Enquanto Blueberry revive, em sua cabeça, suas façanhas e erros passados, entorno de Tombstone, os homicídios, os complôs e os golpes recheados se multiplicam. Garoto embriagado de vingança, assassino contratado, com costumes de serial killer seriamente perturbado, poderoso homem de negócios sem piedade, jovem apaixonado revoltado pelo assassinato de sua noiva, uma tropa de sanguinários e gananciosos fanfarrões, de altivos e arrogantes justiceiros e um punhado de Apaches manipulados: lentamente, todos esses indivíduos violentos – por natureza ou por necessidade –, de interesses divergentes, progridem rumo a uma inevitável tragédia.

Tal é a trama, que não cessa de aumentar em intensidade tudo ao longo do terrificante e palpitante duelo no OK Corral.
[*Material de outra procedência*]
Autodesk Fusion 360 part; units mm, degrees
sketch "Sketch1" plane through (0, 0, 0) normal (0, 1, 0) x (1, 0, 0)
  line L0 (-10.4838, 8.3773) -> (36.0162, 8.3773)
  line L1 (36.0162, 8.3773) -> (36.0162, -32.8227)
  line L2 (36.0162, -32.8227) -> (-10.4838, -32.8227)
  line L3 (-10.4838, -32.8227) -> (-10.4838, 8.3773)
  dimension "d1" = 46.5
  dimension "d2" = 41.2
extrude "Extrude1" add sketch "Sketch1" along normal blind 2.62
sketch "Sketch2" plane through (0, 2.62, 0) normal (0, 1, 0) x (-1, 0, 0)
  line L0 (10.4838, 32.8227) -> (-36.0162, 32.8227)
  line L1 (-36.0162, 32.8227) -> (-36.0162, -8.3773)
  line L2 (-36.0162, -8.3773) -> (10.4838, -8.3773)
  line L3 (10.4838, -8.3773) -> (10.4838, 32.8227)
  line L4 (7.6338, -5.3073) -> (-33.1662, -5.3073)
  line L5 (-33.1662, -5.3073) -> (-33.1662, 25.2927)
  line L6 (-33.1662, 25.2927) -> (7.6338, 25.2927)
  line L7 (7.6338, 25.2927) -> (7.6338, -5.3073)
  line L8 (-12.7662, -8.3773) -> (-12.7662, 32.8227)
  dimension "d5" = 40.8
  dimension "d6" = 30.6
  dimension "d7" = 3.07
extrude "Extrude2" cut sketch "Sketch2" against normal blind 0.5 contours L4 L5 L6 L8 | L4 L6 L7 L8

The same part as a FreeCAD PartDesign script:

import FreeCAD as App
import Part
import Sketcher

V = App.Vector
Q = App.Units.Quantity


def add_polygon(sketch, points):
    """Adds a closed chain of lines whose ends are joined by coincident constraints."""
    first, n = sketch.GeometryCount, len(points)
    for a, b in zip(points, points[1:] + points[:1]):
        sketch.addGeometry(Part.LineSegment(App.Vector(*a, 0), App.Vector(*b, 0)), False)
    for i in range(n):
        sketch.addConstraint(Sketcher.Constraint("Coincident", first + i, 2, first + (i + 1) % n, 1))

doc = App.newDocument("Part")
params = doc.addObject("Spreadsheet::Sheet", "Params")
for row, (alias, value) in enumerate([
    ("sketch1_width", "46.5 mm"),
    ("sketch1_height", "41.2 mm"),
    ("pad1_length", "2.62 mm"),
    ("sketch2_width", "40.8 mm"),
    ("sketch2_height", "30.6 mm"),
    ("pocket1_length", "0.5 mm"),
], start=1):
    params.set(f"A{row}", alias)
    params.set(f"B{row}", "=" + value)
    params.setAlias(f"B{row}", alias)

body = doc.addObject("PartDesign::Body", "Body")

sketch1 = doc.addObject("Sketcher::SketchObject", "Sketch")
body.addObject(sketch1)
sketch1.AttachmentSupport = (doc.XZ_Plane, [""])
sketch1.MapMode = "FlatFace"
add_polygon(sketch1, [(36, -8), (-10, -8), (-10, 33), (36, 33)])
sketch1.addConstraint(Sketcher.Constraint("Horizontal", 0))
sketch1.addConstraint(Sketcher.Constraint("Vertical", 1))
sketch1.addConstraint(Sketcher.Constraint("Horizontal", 2))
sketch1.addConstraint(Sketcher.Constraint("Vertical", 3))
sketch1.addConstraint(Sketcher.Constraint("DistanceX", 0, 2, 0, 1, Q("46.5 mm")))
sketch1.addConstraint(Sketcher.Constraint("DistanceY", 1, 1, 1, 2, Q("41.2 mm")))
sketch1.addConstraint(Sketcher.Constraint("DistanceX", 0, 2, -1, 1, Q("10.4838 mm")))
sketch1.addConstraint(Sketcher.Constraint("DistanceY", 0, 2, -1, 1, Q("8.3773 mm")))
sketch1.setExpression("Constraints[8]", "Params.sketch1_width")
sketch1.setExpression("Constraints[9]", "Params.sketch1_height")
pad1 = doc.addObject("PartDesign::Pad", "Pad")
body.addObject(pad1)
pad1.Profile = sketch1
pad1.setExpression("Length", "Params.pad1_length")
pad1.Reversed = True

sketch2 = doc.addObject("Sketcher::SketchObject", "Sketch001")
body.addObject(sketch2)
sketch2.AttachmentSupport = (doc.XZ_Plane, [""])
sketch2.MapMode = "FlatFace"
sketch2.AttachmentOffset = App.Placement(V(0, 0, -2.62), App.Rotation())
add_polygon(sketch2, [(33, -5), (-8, -5), (-8, 25), (33, 25)])
sketch2.addConstraint(Sketcher.Constraint("Horizontal", 0))
sketch2.addConstraint(Sketcher.Constraint("Vertical", 1))
sketch2.addConstraint(Sketcher.Constraint("Horizontal", 2))
sketch2.addConstraint(Sketcher.Constraint("Vertical", 3))
sketch2.addConstraint(Sketcher.Constraint("DistanceX", 0, 2, 0, 1, Q("40.8 mm")))
sketch2.addConstraint(Sketcher.Constraint("DistanceY", 1, 1, 1, 2, Q("30.6 mm")))
sketch2.addConstraint(Sketcher.Constraint("DistanceX", 0, 2, -1, 1, Q("7.6338 mm")))
sketch2.addConstraint(Sketcher.Constraint("DistanceY", 0, 2, -1, 1, Q("5.3073 mm")))
sketch2.setExpression("Constraints[8]", "Params.sketch2_width")
sketch2.setExpression("Constraints[9]", "Params.sketch2_height")
pocket1 = doc.addObject("PartDesign::Pocket", "Pocket")
body.addObject(pocket1)
pocket1.Profile = sketch2
pocket1.setExpression("Length", "Params.pocket1_length")
pocket1.Reversed = True

doc.recompute()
Um atordoante e sombrio western de ação duplicado do mais apaixonante dos percursos iniciadores, uma vertiginosa colocação em abismo totalmente dominado, o resultado de uma das mais longas, mais inspiradas passagens de testemunha da história da HQ.

Pois como não ver nessa morte simbólica de Blueberry, nesse vai e vem incessante entre o passado e o presente, uma monumental homenagem a Jean-Michel Charlier, criador e roteirista da série até seu falecimento em 1989? Imobilizando, temporariamente, seu personagem principal, Jean Giraud fez Mike portar o luto de seu cogenitor de gênio, o força a considerar a existência excepcional e insensata que o ex-tenente tem feito ele conduzir, as colossais experiências vividas e bagagem psíquica que Blueberry tem legado a ele.

E o desenhista de levantar o desafio com brio, de afirmar-se mais que digno de prosseguir a aventura só, imaginando uma intriga rica, abundante e sofisticada, na imagem de seu traço único, inúmeras vezes imitado, e sempre, quarenta anos depois, em progresso.

O ciclo Mister Blueberry inscrito, desde seu título em duplo sentido (Mister/mistério) e ao desvio de cada prancha, sob o símbolo da dualidade (ele poderia ser, de outro modo, da parte de um homem que abriga nele dois desenhistas perfeitos, Giraud e Moebius, com estilos radicalmente opostos?) é uma espantoso sucessão de audácias, tanto roteirísticas quanto gráficas.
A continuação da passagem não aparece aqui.